The House Ways and Means Committee, which has often been wrecking ball for gaming bills in the New Hampshire House, last week voted to move a bill that would allow for two casinos in the Granite State.
The vote was narrow, 11-10, but it approved a motion to add a “new non-tax revenue stream.” In New Hampshire, the “Live Free or Die” state, few things are sweeter to the ear than the words, “non tax.”
SB 113 would authorize a small and large casino. The large casino with 3,500 slots would require a minimum investment of $450 million, with the smaller one of 1,500 slots needing a $125 million investment. The state would collect a total of $120 million in licensing fees to start and collect up to $130 million annually in taxes.
This would, says the senator, allow the state to begin revenue sharing with municipalities, something it suspended four years ago.
Opponents counter that 75 percent of the casino profits will go to out of state owners.
Rep. Norman Major, who chairs the committee, added, “There is no free money.
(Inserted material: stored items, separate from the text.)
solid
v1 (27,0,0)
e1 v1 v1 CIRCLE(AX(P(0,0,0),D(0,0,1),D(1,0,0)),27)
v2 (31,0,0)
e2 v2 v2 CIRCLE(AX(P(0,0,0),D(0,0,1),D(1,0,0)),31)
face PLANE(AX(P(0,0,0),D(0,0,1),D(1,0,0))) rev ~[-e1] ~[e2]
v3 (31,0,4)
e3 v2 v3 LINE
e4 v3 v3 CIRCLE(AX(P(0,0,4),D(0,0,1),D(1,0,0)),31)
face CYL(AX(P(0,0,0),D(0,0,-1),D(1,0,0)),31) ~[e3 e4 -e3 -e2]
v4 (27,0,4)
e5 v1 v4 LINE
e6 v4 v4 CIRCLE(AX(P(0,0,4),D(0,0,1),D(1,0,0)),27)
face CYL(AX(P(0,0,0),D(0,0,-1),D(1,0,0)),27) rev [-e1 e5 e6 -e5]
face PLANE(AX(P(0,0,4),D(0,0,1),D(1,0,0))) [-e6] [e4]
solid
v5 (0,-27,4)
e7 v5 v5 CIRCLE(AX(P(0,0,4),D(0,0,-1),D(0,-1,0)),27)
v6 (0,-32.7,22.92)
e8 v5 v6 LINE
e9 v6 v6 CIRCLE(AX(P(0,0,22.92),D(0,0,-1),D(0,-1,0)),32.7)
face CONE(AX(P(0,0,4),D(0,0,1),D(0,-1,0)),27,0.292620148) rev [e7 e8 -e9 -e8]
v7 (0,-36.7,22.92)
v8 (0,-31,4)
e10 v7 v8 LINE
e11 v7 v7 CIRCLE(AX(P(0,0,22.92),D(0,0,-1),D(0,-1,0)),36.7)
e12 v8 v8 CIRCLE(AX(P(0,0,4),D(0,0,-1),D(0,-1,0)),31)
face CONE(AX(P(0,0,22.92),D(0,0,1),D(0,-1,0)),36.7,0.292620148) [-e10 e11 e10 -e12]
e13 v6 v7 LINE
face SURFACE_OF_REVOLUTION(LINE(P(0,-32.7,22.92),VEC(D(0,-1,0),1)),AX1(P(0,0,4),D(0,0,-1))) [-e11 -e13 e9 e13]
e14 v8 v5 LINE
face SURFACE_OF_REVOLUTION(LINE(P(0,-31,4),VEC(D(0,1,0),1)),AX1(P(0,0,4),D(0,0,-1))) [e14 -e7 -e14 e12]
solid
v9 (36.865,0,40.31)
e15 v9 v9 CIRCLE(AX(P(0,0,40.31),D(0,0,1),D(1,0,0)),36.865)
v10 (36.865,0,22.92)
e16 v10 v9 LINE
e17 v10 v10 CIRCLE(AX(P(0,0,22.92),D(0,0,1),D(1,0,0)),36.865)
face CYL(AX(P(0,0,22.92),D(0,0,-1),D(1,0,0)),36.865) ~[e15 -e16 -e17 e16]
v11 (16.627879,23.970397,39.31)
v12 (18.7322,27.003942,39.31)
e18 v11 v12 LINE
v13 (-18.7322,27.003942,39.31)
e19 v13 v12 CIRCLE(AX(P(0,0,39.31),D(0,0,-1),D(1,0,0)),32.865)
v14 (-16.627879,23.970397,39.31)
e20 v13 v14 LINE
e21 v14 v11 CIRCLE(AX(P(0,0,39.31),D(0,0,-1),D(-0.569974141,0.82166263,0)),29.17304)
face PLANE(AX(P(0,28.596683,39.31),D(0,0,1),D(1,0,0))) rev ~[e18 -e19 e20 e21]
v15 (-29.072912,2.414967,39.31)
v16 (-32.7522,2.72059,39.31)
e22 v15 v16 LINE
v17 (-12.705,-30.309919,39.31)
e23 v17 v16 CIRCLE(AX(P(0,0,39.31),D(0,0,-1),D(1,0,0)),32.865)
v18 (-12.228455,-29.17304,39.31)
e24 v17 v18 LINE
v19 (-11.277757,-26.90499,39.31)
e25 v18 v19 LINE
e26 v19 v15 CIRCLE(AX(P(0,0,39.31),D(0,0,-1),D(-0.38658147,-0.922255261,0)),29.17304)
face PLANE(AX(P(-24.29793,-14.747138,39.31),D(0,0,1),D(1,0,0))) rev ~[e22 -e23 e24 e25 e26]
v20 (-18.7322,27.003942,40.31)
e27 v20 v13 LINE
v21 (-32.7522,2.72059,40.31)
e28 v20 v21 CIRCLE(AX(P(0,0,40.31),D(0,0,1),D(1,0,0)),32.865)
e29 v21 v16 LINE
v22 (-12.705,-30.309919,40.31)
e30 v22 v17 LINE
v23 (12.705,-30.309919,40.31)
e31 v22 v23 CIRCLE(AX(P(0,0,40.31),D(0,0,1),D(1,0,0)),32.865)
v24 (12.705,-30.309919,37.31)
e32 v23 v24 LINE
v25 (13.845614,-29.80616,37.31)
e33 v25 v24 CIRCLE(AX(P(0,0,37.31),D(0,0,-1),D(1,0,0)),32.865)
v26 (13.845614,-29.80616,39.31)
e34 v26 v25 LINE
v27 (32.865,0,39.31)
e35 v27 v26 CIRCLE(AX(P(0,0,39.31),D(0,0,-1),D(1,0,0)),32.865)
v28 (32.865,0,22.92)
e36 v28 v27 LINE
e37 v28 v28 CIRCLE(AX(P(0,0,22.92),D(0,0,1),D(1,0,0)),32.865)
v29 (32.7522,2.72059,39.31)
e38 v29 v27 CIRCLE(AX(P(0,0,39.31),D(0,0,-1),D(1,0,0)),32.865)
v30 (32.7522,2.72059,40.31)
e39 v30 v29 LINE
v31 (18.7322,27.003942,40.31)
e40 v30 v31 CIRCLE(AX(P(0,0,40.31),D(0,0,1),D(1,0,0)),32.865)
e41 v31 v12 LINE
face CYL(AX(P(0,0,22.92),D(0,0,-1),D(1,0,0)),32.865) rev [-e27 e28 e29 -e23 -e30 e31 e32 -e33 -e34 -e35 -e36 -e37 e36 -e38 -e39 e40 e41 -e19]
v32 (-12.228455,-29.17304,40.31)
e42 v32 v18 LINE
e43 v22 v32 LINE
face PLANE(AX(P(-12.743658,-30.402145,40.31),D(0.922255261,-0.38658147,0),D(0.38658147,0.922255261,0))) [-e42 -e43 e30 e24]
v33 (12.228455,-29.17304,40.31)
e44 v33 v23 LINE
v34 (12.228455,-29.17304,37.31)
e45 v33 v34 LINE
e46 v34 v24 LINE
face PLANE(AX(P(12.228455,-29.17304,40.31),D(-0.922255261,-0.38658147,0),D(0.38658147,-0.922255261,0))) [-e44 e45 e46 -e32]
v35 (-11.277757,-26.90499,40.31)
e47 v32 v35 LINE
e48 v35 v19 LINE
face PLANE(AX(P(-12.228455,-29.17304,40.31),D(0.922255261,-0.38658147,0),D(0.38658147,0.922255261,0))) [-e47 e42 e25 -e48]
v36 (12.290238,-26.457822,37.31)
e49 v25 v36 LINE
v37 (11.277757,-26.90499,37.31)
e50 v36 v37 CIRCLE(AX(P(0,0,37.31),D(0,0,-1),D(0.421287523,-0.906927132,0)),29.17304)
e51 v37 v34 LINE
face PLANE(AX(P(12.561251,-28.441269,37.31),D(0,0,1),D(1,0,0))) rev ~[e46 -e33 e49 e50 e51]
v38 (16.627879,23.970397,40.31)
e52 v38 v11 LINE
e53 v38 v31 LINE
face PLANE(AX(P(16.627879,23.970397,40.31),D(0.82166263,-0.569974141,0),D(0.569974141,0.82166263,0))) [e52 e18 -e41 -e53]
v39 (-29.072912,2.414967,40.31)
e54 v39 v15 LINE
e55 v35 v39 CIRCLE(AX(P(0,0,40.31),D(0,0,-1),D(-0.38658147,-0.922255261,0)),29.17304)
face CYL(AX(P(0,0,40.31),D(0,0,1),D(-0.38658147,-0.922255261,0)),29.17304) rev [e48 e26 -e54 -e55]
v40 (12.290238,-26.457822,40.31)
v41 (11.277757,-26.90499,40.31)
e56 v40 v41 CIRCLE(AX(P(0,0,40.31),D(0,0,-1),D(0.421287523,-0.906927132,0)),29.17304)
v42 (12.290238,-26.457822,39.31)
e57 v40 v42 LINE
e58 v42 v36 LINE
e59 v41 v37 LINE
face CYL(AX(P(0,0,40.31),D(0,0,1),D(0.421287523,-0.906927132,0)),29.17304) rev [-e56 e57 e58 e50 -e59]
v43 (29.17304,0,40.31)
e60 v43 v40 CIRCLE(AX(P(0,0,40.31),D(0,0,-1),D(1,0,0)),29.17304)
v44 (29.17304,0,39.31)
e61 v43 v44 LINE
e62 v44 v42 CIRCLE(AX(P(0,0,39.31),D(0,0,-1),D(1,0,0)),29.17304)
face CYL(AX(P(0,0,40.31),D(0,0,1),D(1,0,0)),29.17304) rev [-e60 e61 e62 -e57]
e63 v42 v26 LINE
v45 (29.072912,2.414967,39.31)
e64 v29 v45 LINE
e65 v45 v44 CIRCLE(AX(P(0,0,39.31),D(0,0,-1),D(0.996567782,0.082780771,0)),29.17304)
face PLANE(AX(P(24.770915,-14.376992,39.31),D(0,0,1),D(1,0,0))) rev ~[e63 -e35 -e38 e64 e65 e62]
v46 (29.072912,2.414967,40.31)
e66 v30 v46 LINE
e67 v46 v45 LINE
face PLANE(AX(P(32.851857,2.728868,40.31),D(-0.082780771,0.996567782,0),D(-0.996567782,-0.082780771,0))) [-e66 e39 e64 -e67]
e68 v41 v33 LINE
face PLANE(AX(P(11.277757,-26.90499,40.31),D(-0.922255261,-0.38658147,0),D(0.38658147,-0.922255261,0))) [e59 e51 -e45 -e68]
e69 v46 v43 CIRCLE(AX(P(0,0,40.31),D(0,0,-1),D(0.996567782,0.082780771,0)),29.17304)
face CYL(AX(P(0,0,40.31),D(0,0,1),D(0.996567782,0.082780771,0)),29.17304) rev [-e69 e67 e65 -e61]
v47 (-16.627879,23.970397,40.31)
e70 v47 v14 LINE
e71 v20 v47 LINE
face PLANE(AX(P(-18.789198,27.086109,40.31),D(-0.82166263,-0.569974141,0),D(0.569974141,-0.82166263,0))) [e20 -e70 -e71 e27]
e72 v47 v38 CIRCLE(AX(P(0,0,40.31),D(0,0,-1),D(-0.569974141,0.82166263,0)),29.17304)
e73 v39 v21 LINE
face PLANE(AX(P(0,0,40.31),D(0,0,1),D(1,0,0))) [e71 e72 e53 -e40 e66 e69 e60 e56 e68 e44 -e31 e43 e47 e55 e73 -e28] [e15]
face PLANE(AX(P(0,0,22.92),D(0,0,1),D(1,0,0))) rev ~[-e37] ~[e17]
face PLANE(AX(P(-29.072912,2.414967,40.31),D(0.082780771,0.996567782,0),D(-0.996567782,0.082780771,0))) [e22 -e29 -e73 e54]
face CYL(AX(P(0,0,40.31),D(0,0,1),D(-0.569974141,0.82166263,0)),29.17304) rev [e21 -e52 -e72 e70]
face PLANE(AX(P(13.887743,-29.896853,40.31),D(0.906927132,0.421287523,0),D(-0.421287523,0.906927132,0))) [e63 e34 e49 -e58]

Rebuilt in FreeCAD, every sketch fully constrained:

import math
import FreeCAD as App
import Part
import Sketcher


def add_polygon(sketch, points):
    """Adds a closed chain of lines whose ends are joined by coincident constraints."""
    first, n = sketch.GeometryCount, len(points)
    for a, b in zip(points, points[1:] + points[:1]):
        sketch.addGeometry(Part.LineSegment(App.Vector(*a, 0), App.Vector(*b, 0)), False)
    for i in range(n):
        sketch.addConstraint(Sketcher.Constraint("Coincident", first + i, 2, first + (i + 1) % n, 1))

doc = App.newDocument("Part")
body = doc.addObject("PartDesign::Body", "Body")

# Sketch on XY plane
sketch1 = doc.addObject("Sketcher::SketchObject", "Sketch")
body.addObject(sketch1)
sketch1.AttachmentSupport = (doc.XY_Plane, [""])
sketch1.MapMode = "FlatFace"
sketch1.addGeometry(Part.Circle(App.Vector(0, 0, 0), App.Vector(0, 0, 1), 31), False)
sketch1.addGeometry(Part.Circle(App.Vector(0, 0, 0), App.Vector(0, 0, 1), 27), False)
sketch1.addConstraint(Sketcher.Constraint("Coincident", 0, 3, -1, 1))
sketch1.addConstraint(Sketcher.Constraint("Coincident", 1, 3, -1, 1))
sketch1.addConstraint(Sketcher.Constraint("Diameter", 0, 62.0))
sketch1.addConstraint(Sketcher.Constraint("Diameter", 1, 54.0))
pad1 = doc.addObject("PartDesign::Pad", "Pad")
body.addObject(pad1)
pad1.Profile = sketch1
pad1.Length = 4
body2 = doc.addObject("PartDesign::Body", "Body001")

# Sketch on XY plane
sketch2 = doc.addObject("Sketcher::SketchObject", "Sketch001")
body2.addObject(sketch2)
sketch2.AttachmentSupport = (doc.getObject("XY_Plane001"), [""])
sketch2.MapMode = "FlatFace"
sketch2.AttachmentOffset = App.Placement(App.Vector(0, 0, 22.92), App.Rotation())
sketch2.addGeometry(Part.Circle(App.Vector(0, 0, 0), App.Vector(0, 0, 1), 36.865), False)
sketch2.addGeometry(Part.Circle(App.Vector(0, 0, 0), App.Vector(0, 0, 1), 32.865), False)
sketch2.addConstraint(Sketcher.Constraint("Coincident", 0, 3, -1, 1))
sketch2.addConstraint(Sketcher.Constraint("Coincident", 1, 3, -1, 1))
sketch2.addConstraint(Sketcher.Constraint("Diameter", 0, 73.73))
sketch2.addConstraint(Sketcher.Constraint("Diameter", 1, 65.73))
pad2 = doc.addObject("PartDesign::Pad", "Pad001")
body2.addObject(pad2)
pad2.Profile = sketch2
pad2.Length = 17.39

# Sketch on XY plane
sketch3 = doc.addObject("Sketcher::SketchObject", "Sketch002")
body2.addObject(sketch3)
sketch3.AttachmentSupport = (doc.getObject("XY_Plane001"), [""])
sketch3.MapMode = "FlatFace"
sketch3.AttachmentOffset = App.Placement(App.Vector(0, 0, 40.31), App.Rotation())
sketch3.addGeometry(Part.ArcOfCircle(Part.Circle(App.Vector(0, 0, 0), App.Vector(0, 0, 1), 32.965), math.radians(175.251577), math.radians(247.258045)), False)
sketch3.addGeometry(Part.LineSegment(App.Vector(-12.743658, -30.402145, 0), App.Vector(-12.228455, -29.17304, 0)), False)
sketch3.addGeometry(Part.LineSegment(App.Vector(-12.228455, -29.17304, 0), App.Vector(-11.277757, -26.90499, 0)), False)
sketch3.addGeometry(Part.ArcOfCircle(Part.Circle(App.Vector(0, 0, 0), App.Vector(0, 0, 1), 29.17304), math.radians(175.251577), math.radians(247.258045)), False)
sketch3.addGeometry(Part.LineSegment(App.Vector(-29.072912, 2.414967, 0), App.Vector(-32.851857, 2.728868, 0)), False)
It comes from people who lose their money.”
Other opponents claim that New Hampshire will be jumping aboard the gaming bus just as it wheezes to a halt in the face of a saturated market.
While Governor Maggie Hassan may not entirely agree that the market is saturated, she thinks that two casinos is one too many.
Last week she said, “I don’t think the market supports a second casino. I’ll have to understand what kind of provisions this bill has in terms of how a second casino might be established before I make a final decision.”
D’Allesandro responded, “There is ample justification for more than one,” he said. “We have plenty of time to look at the second one, but the second one should be there.”
Nonetheless, Hassan said she probably would sign the bill, as long as one casino is licensed before a second one is considered.
The bill establishes a gaming commission that would take under its wing the existing Lottery Commission and Racing and Charitable Gaming Commission.
Supporters, many of whom have pressed this issue for over a dozen years, see this as possibly the last year that New Hampshire could realistically authorize casinos before they will be preempted by what happens in neighboring Massachusetts.
As Rep. Joseph Lachance put it, “Whether it’s Salem or Gorham, I don’t care. It’s time. It’s the last chance dance.”
Opponents are not letting up on their efforts to pull off another defeat. “This is desperate attempt to get something for nothing,” declared Rep. Mary Cooney “There is a cost, there is pain.”
Each year the Senate has passed a bill, only to see it defeated in the House. In 2014 a casino bill was defeated in the House by one vote.
Senator Lou D’Allesandro, the champion of a casino bill for all these man years, hailed the latest step forward: “It’s a first step, but it’s a great first step.”